Point being, if the product AdX is found to be anticompetitive, it could have far-reaching implications for other companies. This wasn’t the case with Microsoft, as the company was rather isolated on its throne in the late 90s. With that said, Google is the worst offender in terms of the sheer advantages it has compared to other corporations with large media properties.
Here are some of the more unethical things Google is being accused of:
According to the lawsuit, there was a 65% drop in revenue if publishers chose to not use Google on the demand side. Advertisers are also stating this was a conflict of interest as Google restricted inventory in this case. This would be like a real estate agent refusing to show a house if they did not have both the buyer and the seller to double-end the transaction.
Google also allegedly circumvented waterfall auctions to prioritize their own bids on AdX. Waterfalls were prevalent throughout the ecosystem because they allow exchanges to be ranked by bids. Based on historical bids, if the ad exchange in the number one position doesn’t buy the inventory, it goes to the next ad exchange in the waterfall (the number two position).
Where Google may have manipulated the bidding is by allowing their exchange to meet only floor prices to win the bid, even when another exchange would have bidded higher in a waterfall-like auction. This would be like a real estate agent only presenting their Buyer’s offer to a Seller even if they knew they could get higher offers from another agent.
Due to DoubleClick and AdX waterfalls having the issues described above, programmatic header bidding was introduced to offer true, real-time bidding to increase publisher yield.

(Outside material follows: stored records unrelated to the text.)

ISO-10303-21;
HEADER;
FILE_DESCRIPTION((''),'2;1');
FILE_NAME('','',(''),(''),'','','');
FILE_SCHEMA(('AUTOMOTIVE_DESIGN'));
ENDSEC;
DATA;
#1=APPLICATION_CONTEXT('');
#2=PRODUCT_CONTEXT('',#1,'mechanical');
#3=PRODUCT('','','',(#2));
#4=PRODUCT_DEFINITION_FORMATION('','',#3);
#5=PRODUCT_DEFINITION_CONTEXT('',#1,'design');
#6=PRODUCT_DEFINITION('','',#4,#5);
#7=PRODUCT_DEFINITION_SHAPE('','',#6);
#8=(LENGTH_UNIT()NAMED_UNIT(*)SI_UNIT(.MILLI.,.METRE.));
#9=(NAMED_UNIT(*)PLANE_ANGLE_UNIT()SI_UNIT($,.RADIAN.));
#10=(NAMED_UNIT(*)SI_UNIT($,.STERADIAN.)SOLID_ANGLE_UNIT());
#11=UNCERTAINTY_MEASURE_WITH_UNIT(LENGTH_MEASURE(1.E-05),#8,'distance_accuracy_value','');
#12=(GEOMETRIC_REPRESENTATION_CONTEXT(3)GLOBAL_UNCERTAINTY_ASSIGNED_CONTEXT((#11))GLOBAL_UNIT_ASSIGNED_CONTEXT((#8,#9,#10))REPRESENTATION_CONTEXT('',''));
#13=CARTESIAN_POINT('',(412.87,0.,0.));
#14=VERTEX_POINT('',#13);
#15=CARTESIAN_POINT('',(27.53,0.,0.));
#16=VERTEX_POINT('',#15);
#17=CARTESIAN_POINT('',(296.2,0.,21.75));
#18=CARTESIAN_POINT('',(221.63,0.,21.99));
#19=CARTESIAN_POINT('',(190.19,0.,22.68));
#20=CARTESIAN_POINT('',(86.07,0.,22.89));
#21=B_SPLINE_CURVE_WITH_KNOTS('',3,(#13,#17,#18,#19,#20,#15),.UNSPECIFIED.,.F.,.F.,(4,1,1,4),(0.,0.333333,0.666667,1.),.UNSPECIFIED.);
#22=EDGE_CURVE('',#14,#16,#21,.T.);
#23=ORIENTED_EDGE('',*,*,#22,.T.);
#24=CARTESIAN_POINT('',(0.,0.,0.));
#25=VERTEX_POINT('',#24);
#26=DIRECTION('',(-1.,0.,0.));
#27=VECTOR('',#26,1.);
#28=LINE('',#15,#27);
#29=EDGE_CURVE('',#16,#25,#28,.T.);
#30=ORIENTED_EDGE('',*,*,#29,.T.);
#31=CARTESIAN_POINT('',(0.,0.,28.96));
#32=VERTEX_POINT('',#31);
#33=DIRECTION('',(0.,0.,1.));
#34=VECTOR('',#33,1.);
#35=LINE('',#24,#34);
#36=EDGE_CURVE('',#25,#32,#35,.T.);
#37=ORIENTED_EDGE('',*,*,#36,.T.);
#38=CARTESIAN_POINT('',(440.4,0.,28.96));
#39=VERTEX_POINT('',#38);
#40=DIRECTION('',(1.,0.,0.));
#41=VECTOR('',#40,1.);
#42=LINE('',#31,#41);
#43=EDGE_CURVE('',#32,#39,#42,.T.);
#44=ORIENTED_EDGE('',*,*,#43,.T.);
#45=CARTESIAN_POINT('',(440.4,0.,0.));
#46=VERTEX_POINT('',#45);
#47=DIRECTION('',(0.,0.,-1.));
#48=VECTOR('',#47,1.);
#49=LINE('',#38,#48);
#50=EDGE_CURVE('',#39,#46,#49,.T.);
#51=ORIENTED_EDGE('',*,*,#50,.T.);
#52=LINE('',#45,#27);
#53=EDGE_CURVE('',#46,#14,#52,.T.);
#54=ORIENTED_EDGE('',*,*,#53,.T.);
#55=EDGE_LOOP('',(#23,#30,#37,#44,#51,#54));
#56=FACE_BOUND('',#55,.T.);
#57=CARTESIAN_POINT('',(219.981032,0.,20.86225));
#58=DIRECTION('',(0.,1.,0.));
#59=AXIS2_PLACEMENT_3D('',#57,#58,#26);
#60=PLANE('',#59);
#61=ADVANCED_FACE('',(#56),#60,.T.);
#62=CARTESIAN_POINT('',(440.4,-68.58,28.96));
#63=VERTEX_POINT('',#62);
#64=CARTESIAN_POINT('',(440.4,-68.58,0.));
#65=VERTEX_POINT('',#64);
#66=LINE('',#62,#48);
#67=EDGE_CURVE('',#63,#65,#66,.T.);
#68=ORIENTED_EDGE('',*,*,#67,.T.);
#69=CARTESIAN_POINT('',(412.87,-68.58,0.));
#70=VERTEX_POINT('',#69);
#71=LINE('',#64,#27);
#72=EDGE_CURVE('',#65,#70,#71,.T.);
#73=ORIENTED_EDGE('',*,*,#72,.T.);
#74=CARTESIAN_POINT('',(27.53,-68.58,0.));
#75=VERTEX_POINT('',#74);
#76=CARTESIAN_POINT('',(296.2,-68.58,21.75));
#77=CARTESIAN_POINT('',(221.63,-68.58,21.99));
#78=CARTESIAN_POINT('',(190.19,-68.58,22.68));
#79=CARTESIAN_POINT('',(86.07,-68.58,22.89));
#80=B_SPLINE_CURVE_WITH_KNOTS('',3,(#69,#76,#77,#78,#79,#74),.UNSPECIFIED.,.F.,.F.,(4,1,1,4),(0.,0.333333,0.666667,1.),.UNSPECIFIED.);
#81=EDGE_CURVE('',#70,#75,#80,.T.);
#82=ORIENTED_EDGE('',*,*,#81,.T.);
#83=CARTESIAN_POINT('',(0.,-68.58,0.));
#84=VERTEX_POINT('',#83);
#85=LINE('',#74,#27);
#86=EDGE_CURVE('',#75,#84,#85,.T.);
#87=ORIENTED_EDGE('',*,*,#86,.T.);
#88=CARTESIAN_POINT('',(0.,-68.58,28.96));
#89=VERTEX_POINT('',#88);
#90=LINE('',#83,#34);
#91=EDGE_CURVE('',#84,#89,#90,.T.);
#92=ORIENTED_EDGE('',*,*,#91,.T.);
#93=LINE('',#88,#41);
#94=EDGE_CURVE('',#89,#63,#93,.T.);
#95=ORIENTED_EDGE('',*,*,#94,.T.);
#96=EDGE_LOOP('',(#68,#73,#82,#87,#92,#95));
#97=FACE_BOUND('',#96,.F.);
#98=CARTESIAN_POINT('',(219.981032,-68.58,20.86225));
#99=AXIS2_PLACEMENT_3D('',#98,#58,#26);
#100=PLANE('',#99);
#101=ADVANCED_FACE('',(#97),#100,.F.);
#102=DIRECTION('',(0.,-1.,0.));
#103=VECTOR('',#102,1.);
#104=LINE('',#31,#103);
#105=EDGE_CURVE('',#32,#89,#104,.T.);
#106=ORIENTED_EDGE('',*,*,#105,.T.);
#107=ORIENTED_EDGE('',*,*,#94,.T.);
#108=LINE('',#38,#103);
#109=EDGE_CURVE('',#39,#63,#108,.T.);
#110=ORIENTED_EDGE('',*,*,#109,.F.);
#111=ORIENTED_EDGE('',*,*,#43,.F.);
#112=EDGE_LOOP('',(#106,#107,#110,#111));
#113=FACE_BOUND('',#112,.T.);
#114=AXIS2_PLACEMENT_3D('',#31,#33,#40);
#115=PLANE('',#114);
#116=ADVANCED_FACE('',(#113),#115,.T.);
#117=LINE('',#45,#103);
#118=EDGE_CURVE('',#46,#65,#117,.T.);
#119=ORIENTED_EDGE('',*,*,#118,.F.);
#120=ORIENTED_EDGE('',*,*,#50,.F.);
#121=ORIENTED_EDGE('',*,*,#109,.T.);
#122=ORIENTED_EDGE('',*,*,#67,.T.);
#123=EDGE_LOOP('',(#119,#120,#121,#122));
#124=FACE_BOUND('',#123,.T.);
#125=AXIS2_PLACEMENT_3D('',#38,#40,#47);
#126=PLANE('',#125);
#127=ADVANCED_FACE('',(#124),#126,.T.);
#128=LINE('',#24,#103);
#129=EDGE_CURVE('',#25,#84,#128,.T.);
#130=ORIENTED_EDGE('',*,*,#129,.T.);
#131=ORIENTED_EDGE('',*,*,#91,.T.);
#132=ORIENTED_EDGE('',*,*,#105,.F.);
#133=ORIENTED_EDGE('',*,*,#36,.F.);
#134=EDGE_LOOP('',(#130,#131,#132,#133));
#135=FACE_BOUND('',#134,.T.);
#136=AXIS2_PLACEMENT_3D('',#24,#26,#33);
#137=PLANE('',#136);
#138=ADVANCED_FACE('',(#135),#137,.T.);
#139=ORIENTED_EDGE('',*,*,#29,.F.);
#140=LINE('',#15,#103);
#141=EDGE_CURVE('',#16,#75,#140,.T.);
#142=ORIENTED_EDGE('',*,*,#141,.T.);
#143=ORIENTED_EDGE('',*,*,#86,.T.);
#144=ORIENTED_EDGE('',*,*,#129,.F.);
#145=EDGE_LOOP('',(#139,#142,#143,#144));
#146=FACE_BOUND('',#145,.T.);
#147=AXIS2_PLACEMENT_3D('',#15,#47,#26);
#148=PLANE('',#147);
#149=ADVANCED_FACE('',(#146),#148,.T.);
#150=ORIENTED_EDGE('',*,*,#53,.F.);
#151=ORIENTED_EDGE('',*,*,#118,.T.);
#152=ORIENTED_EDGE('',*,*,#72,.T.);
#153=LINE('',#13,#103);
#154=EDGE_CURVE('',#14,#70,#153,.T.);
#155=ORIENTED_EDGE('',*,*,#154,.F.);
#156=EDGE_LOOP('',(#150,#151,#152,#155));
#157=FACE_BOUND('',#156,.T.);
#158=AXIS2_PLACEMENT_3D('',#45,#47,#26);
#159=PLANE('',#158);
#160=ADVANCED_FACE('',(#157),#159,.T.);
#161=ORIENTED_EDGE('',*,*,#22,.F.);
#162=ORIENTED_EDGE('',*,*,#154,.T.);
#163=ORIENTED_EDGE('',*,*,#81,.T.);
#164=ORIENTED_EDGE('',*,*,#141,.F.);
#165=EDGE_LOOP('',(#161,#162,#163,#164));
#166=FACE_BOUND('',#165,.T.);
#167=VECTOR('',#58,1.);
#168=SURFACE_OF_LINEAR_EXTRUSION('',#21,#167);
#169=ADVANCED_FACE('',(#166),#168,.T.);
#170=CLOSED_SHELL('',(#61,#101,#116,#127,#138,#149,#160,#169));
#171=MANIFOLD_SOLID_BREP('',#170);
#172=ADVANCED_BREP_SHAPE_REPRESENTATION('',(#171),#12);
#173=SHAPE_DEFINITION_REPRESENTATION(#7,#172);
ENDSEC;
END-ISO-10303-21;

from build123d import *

# Parameters (mm, degrees)
BAR_DEPTH = 68.58


with BuildPart() as part:
    # Sketch → Bar (new body)
    with BuildSketch(Plane.XZ):
        with BuildLine():
            Line((27.53, 0), (0, 0))
            Line((0, 0), (0, 28.96))
            Line((0, 28.96), (440.4, 28.96))
            Line((440.4, 28.96), (440.4, 0))
            Line((440.4, 0), (412.87, 0))
            add(Edge.make_bspline(
                [(412.87, 0), (296.2, 21.75), (221.63, 21.99), (190.19, 22.68), (86.07, 22.89), (27.53, 0)],
                knots=[0, 0, 0, 0, 0.333333, 0.666667, 1, 1, 1, 1], degree=3))
        make_face()
    extrude(amount=BAR_DEPTH)


solid = part.part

It essentially increased competition by holding an open auction rather than a closed, blackbox auction that pushes inventory back and forth in an attempt to sell the inventory.

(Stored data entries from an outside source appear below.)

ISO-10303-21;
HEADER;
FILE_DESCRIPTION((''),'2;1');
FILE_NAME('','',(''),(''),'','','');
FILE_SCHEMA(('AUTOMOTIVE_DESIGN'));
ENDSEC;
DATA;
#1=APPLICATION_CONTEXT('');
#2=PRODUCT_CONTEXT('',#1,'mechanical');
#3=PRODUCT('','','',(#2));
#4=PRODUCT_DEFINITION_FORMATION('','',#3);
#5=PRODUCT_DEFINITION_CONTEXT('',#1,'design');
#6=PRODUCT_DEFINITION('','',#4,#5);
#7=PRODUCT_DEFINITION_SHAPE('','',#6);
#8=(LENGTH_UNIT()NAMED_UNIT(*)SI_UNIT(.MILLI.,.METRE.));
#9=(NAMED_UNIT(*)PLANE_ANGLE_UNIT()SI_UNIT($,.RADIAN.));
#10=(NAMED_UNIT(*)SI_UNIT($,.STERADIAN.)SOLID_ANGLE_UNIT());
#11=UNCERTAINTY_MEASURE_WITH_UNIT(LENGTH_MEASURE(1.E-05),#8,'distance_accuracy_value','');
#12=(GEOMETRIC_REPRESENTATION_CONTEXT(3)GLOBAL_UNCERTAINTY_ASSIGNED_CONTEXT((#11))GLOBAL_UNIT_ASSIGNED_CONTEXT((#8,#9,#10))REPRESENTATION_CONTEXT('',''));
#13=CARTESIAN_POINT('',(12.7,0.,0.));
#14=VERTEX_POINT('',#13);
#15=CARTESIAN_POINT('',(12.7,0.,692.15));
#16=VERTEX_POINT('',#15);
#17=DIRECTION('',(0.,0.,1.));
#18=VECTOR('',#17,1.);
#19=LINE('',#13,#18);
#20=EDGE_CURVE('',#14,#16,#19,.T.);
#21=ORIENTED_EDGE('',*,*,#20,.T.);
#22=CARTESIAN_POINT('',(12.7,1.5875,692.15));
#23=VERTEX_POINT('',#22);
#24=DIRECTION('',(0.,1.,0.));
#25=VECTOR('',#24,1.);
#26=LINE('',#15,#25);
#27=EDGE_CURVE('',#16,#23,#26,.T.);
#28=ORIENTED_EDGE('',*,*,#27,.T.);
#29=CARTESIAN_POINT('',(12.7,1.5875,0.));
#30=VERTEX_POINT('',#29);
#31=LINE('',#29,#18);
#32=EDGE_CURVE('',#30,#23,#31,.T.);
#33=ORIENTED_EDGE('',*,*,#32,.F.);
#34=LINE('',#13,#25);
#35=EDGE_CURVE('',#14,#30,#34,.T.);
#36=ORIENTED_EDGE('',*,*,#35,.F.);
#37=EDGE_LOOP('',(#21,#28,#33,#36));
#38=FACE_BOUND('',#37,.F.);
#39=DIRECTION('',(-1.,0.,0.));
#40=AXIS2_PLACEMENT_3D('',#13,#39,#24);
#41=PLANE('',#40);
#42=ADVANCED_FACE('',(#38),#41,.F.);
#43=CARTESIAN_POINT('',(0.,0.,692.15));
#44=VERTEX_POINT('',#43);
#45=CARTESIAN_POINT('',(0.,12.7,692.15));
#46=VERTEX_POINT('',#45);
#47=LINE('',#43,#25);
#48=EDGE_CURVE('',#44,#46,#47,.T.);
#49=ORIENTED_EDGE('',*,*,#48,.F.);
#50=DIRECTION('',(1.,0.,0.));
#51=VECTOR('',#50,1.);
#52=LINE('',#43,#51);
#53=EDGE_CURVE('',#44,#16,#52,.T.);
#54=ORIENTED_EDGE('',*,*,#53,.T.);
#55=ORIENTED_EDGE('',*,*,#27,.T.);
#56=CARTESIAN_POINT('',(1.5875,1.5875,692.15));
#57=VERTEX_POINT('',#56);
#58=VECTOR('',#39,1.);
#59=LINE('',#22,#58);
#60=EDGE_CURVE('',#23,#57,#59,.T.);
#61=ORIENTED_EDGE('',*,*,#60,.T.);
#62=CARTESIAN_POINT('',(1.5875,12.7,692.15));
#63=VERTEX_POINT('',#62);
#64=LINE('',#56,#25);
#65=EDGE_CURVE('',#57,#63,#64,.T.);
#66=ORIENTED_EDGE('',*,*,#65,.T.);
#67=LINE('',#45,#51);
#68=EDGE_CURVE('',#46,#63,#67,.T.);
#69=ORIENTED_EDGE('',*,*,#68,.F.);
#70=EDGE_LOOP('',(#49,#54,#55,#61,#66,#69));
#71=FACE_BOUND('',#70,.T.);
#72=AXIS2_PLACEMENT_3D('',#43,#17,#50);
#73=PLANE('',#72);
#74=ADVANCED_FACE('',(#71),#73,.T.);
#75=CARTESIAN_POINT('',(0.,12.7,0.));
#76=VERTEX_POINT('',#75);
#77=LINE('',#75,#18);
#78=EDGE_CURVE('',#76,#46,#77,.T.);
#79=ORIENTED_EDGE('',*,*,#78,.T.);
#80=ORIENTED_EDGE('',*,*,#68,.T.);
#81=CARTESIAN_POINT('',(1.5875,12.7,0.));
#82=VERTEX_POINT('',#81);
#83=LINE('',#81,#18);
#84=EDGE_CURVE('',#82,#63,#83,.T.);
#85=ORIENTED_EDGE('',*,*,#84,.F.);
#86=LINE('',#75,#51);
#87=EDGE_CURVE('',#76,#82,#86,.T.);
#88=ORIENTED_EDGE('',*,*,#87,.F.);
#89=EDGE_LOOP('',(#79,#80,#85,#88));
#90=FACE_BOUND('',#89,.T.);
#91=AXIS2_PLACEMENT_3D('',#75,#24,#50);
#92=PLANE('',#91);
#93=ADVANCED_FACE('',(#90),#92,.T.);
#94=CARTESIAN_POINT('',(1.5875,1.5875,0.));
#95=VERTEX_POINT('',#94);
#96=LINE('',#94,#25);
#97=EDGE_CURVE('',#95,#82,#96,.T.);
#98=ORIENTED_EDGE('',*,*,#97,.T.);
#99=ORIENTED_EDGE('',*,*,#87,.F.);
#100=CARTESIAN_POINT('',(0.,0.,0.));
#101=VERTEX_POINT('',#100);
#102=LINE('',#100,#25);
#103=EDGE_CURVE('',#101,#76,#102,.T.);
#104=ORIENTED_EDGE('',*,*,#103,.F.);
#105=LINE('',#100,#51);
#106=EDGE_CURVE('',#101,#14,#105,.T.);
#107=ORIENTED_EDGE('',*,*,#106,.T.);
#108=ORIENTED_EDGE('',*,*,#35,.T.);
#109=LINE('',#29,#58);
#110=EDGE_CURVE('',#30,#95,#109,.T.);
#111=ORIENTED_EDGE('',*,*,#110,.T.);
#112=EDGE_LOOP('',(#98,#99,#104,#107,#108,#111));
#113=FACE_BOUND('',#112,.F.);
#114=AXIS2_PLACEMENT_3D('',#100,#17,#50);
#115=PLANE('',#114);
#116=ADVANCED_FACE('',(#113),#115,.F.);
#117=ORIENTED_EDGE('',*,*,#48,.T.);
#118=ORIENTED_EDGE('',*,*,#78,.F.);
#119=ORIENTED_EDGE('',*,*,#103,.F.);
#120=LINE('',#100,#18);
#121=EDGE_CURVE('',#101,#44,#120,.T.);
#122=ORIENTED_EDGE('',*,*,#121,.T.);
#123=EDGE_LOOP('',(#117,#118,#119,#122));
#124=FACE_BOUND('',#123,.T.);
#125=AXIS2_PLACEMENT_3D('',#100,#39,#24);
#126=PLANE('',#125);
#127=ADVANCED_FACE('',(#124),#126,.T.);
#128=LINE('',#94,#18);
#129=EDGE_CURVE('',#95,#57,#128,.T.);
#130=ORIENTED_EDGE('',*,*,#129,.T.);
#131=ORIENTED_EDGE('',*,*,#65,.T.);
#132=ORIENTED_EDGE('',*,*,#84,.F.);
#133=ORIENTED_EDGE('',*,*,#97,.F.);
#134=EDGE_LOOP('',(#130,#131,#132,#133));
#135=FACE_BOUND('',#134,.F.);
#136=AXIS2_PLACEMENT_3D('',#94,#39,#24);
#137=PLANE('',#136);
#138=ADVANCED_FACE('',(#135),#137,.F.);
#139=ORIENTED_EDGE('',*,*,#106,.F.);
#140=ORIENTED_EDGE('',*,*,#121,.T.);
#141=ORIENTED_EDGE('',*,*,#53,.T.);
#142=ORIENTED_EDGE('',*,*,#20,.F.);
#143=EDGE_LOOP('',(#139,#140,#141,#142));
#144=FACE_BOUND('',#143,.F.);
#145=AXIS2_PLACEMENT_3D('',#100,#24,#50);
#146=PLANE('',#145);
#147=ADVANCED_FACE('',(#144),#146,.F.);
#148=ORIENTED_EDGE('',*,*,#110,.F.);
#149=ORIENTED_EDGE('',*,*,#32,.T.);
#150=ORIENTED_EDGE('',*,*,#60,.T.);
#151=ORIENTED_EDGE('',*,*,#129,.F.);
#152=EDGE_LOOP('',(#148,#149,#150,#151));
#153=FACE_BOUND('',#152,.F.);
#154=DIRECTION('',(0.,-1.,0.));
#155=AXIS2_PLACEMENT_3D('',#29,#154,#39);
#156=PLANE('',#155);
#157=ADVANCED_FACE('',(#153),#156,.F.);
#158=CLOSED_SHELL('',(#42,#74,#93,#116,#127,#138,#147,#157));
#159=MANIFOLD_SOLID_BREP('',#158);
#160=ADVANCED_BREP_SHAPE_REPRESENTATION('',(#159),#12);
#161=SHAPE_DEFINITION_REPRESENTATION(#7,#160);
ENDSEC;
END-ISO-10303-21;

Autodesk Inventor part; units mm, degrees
ref_plane "YZ Plane" through (0, 0, 0) normal (1, 0, 0) x (0, 1, 0)
ref_plane "XZ Plane" through (0, 0, 0) normal (0, 1, 0) x (-1, 0, 0)
ref_plane "XY Plane" through (0, 0, 0) normal (0, 0, 1) x (1, 0, 0)
sketch "Sketch1" plane through (0, 0, 0) normal (0, 0, 1) x (1, 0, 0)
  line L0 (0, 0) -> (0, 12.7)
  line L1 (0, 12.7) -> (1.5875, 12.7)
  line L2 (0, 0) -> (12.7, 0)
  line L3 (12.7, 0) -> (12.7, 1.5875)
  line L4 (12.7, 1.5875) -> (1.5875, 1.5875)
  line L5 (1.5875, 1.5875) -> (1.5875, 12.7)
  dimension "d0" = 12.7
  dimension "d1" = 1.5875
  dimension "d2" = 12.7
  dimension "d3" = 1.5875
extrude "Extrusion1" add sketch "Sketch1" along normal blind 692.15
properties part number "Bumper Metal Edge Part2 (26x28 robot)" material "Aluminum 6061"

Per Digiday written in 2015: “One notable side effect of header bidding adoption is that it puts pressure on Google’s DoubleClick for Publishers ad server, which, through its dynamic allocation feature, lets AdX — but no other exchange — see and bid on every impression.”
That sentence and general understandingand general understanding of what AdX did to manipulate the waterfall process nicely sums up where Google could face trouble in a courtroom. According to the lawsuit, publishers saw 30% to 40% more revenue through header bidding by simply removing Google’s ability to manipulate the waterfall auction. I bolded “general understanding” because Google is so powerful that the ad ecosystem knew full and well that it was using its monopoly in anticompetitive ways but there was nothing any publisher or advertiser could do about it.
Google has tens of thousands of engineers and is a very advanced company, which is why the allegations are quite complex. The lawsuit points out that Google then later manipulated header bidding by allowing AdX to bid last. As long as AdX beat the previous bids, then it would win the bid. Going back to the real estate agent scenario, this would be like having multiple offers on a house, and the listing agent going to their exclusive buyers to reveal what the prices are to help the buyers win the bidding war.
Google is also accused of using more acquisitions for ad technology that would later be leveraged to subsidize bids. This means Google paid the difference on an advertiser’s bid in order to be the winning bid. In this case, Google simply increased its margin or cut in order to make up for the amount that was subsidized.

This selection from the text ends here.